Su altı teknolojileri bölümünden oyunculuğa uzanan bir yolculuk onunkisi... Zaten bu evrimsel nitelikteki değişimi de hayatındaki en büyük çılgınlık olarak yorumluyor. Veda ile ekran serüvenine başlayan, Tatar Ramazan’da ise ciddi anlamda izleyicilerin radarına giren Burak Yamantürk’ün Hayat Yolunda dizisinde canlandırdığı Selim karakteri asıl onu tanımama vesile olmuştu. Kayıtdışı’nda hayat verdiği Arda karakteri ise çok bilinmeyenli geçmişi ile izleyiciyi hikayesine ortak ederken final yoluna erken saptı. Biz de durumdan istifade ederek Burak Yamantürk’ü 15 soru sorgusuna tabi tuttuk. Sonuç mu? Kayıtdışı aracılığıyla ağızları sulandıran bir melanzane yaptık, Dolunay Soysert’i Arda karakterini canlandırırken hayal ettik ve üstüne de 1960-1970’lerin Kaliforniya’sına ışınlandık. Buradan Burak Yamantürk’e sesleniyoruz; o zaman makinesi eline geçerse bize de lütfen bir bilet kes! Zira özgürlük ve eğlencenin birbirinin tamamlayıcısı olduğu o döneme gitmek bizim için de ütopik bir fırsat olurdu bugünün dünyasında.

1- Canlandırdığın karakteri özetleyecek beş anahtar kelime.
Kurnaz, şeytan tüylü, hızlı, eğlenceli ve merhametli.
2- Karakterinin tek bir özelliğine sahip olacaksın; hangisini seçerdin?
Şeytan tüylü olurdu. Çünkü her durumda işe yarayacak bir özellik; tabii eğer doğru kullanmayı bilirsen.
3- Oynadığın diziyi / filmi bir yemek, rolünü de bu yemeğin malzemelerinden biri olarak düşünecek olursan ortaya nasıl bir lezzet çıkardı?

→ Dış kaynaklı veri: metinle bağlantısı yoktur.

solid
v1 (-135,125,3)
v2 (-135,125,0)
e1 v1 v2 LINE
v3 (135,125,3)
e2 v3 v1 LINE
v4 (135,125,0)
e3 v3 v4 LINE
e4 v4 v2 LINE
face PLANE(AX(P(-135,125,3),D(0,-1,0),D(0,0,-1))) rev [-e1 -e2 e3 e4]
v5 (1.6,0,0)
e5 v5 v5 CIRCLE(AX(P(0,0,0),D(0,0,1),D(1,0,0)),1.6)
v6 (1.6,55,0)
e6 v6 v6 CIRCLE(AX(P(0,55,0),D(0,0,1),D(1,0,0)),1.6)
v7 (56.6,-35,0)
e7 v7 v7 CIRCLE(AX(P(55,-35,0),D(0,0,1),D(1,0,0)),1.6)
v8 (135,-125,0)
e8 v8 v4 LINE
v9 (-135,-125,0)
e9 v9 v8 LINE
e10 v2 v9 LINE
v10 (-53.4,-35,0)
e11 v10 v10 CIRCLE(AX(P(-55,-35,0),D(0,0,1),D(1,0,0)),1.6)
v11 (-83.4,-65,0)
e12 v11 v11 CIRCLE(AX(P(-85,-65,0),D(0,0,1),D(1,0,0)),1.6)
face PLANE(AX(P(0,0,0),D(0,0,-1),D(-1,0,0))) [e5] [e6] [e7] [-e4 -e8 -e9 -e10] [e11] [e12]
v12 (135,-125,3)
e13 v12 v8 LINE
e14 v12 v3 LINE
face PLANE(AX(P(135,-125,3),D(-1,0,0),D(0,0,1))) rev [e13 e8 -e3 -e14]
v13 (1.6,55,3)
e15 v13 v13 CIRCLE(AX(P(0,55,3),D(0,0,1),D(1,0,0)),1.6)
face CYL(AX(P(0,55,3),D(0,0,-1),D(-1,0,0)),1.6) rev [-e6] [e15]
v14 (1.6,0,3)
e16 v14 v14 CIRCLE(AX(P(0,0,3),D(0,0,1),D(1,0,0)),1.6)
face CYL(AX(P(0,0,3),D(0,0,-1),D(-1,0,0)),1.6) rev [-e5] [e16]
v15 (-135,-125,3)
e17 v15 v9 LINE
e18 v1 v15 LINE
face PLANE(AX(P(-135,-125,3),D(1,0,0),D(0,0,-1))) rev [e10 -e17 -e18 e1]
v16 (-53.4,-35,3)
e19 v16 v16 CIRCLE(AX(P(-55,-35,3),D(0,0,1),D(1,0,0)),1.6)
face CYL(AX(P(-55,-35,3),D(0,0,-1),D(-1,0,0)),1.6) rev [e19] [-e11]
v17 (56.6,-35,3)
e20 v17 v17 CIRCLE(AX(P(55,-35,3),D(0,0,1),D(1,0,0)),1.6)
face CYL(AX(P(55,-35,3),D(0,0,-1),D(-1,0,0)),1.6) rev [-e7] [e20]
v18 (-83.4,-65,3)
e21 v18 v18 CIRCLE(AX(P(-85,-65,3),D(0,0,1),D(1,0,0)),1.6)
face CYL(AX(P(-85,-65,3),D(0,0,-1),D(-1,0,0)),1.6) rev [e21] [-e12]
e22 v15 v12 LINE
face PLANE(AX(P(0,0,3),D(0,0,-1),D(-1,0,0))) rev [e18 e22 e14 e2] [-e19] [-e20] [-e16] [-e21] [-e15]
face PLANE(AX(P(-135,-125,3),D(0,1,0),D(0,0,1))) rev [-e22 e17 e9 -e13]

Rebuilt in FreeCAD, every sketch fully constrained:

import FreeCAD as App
import Part
import Sketcher
from FreeCAD import Vector
Q = App.Units.Quantity

doc = App.newDocument("Part")
body = doc.addObject("PartDesign::Body", "Body")

# Sketch on XY plane
sketch1 = doc.addObject("Sketcher::SketchObject", "Sketch")
body.addObject(sketch1)
sketch1.AttachmentSupport = (doc.XY_Plane, [""])
sketch1.MapMode = "FlatFace"
sketch1.addGeometry([
    Part.LineSegment(Vector(-135, 125, 0), Vector(-135, -125, 0)),  # 0
    Part.LineSegment(Vector(-135, -125, 0), Vector(135, -125, 0)),  # 1
    Part.LineSegment(Vector(135, -125, 0), Vector(135, 125, 0)),  # 2
    Part.LineSegment(Vector(135, 125, 0), Vector(-135, 125, 0)),  # 3
    Part.Circle(Vector(-85, -65, 0), Vector(0, 0, 1), 1.6),  # 4
    Part.Circle(Vector(-55, -35, 0), Vector(0, 0, 1), 1.6),  # 5
    Part.Circle(Vector(55, -35, 0), Vector(0, 0, 1), 1.6),  # 6
    Part.Circle(Vector(0, 0, 0), Vector(0, 0, 1), 1.6),  # 7
    Part.Circle(Vector(0, 55, 0), Vector(0, 0, 1), 1.6),  # 8
], False)
sketch1.addConstraint([
    Sketcher.Constraint("Coincident", 0, 2, 1, 1),
    Sketcher.Constraint("Coincident", 1, 2, 2, 1),
    Sketcher.Constraint("Coincident", 2, 2, 3, 1),
    Sketcher.Constraint("Coincident", 3, 2, 0, 1),
    Sketcher.Constraint("Vertical", 0),
    Sketcher.Constraint("Horizontal", 1),
    Sketcher.Constraint("Vertical", 2),
    Sketcher.Constraint("Horizontal", 3),
    Sketcher.Constraint("Coincident", 7, 3, -1, 1),
    Sketcher.Constraint("Equal", 4, 5),
    Sketcher.Constraint("Equal", 5, 6),
    Sketcher.Constraint("Equal", 6, 7),
    Sketcher.Constraint("Equal", 7, 8),
    Sketcher.Constraint("Symmetric", 0, 2, 2, 2, -1, 1),
    Sketcher.Constraint("Symmetric", 5, 3, 6, 3, -2),
    Sketcher.Constraint("PointOnObject", 8, 3, -2),
    Sketcher.Constraint("Diameter", 4, Q("3.2 mm")),
    Sketcher.Constraint("DistanceX", 1, 1, 1, 2, Q("270 mm")),
    Sketcher.Constraint("DistanceY", 0, 2, 0, 1, Q("250 mm")),
    Sketcher.Constraint("DistanceX", 4, 3, -1, 1, Q("85 mm")),
    Sketcher.Constraint("DistanceY", 4, 3, -1, 1, Q("65 mm")),
    Sketcher.Constraint("DistanceX", 5, 3, -1, 1, Q("55 mm")),
    Sketcher.Constraint("DistanceY", 5, 3, -1, 1, Q("35 mm")),
    Sketcher.Constraint("DistanceY", -1, 1, 8, 3, Q("55 mm")),
])
pad1 = doc.addObject("PartDesign::Pad", "Pad")
body.addObject(pad1)
pad1.Profile = sketch1
pad1.Length = 3

doc.recompute()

Kayıtdışı için melanzane diyelim. İçinde üç çeşit peynir olur ve ince kızarmış patlıcanlar kat kat dizilir ama arasına domates sosunu koymazsan pek bir zevkli ve eğlenceli bir yemek olmaz. Ben de oynadığım karakteri domates sosuna benzettim (gülüyor.)
4- İlk audition’ını hatırlıyor musun?
Hatırlıyorum; bir reklam filmi içindi. Hiç aklımda yokken audition’a ben de girdim. Kızarıp bozardım ve hiçbir şey yapamadım. Nihayetinde de reklamda oynayamadım tabii.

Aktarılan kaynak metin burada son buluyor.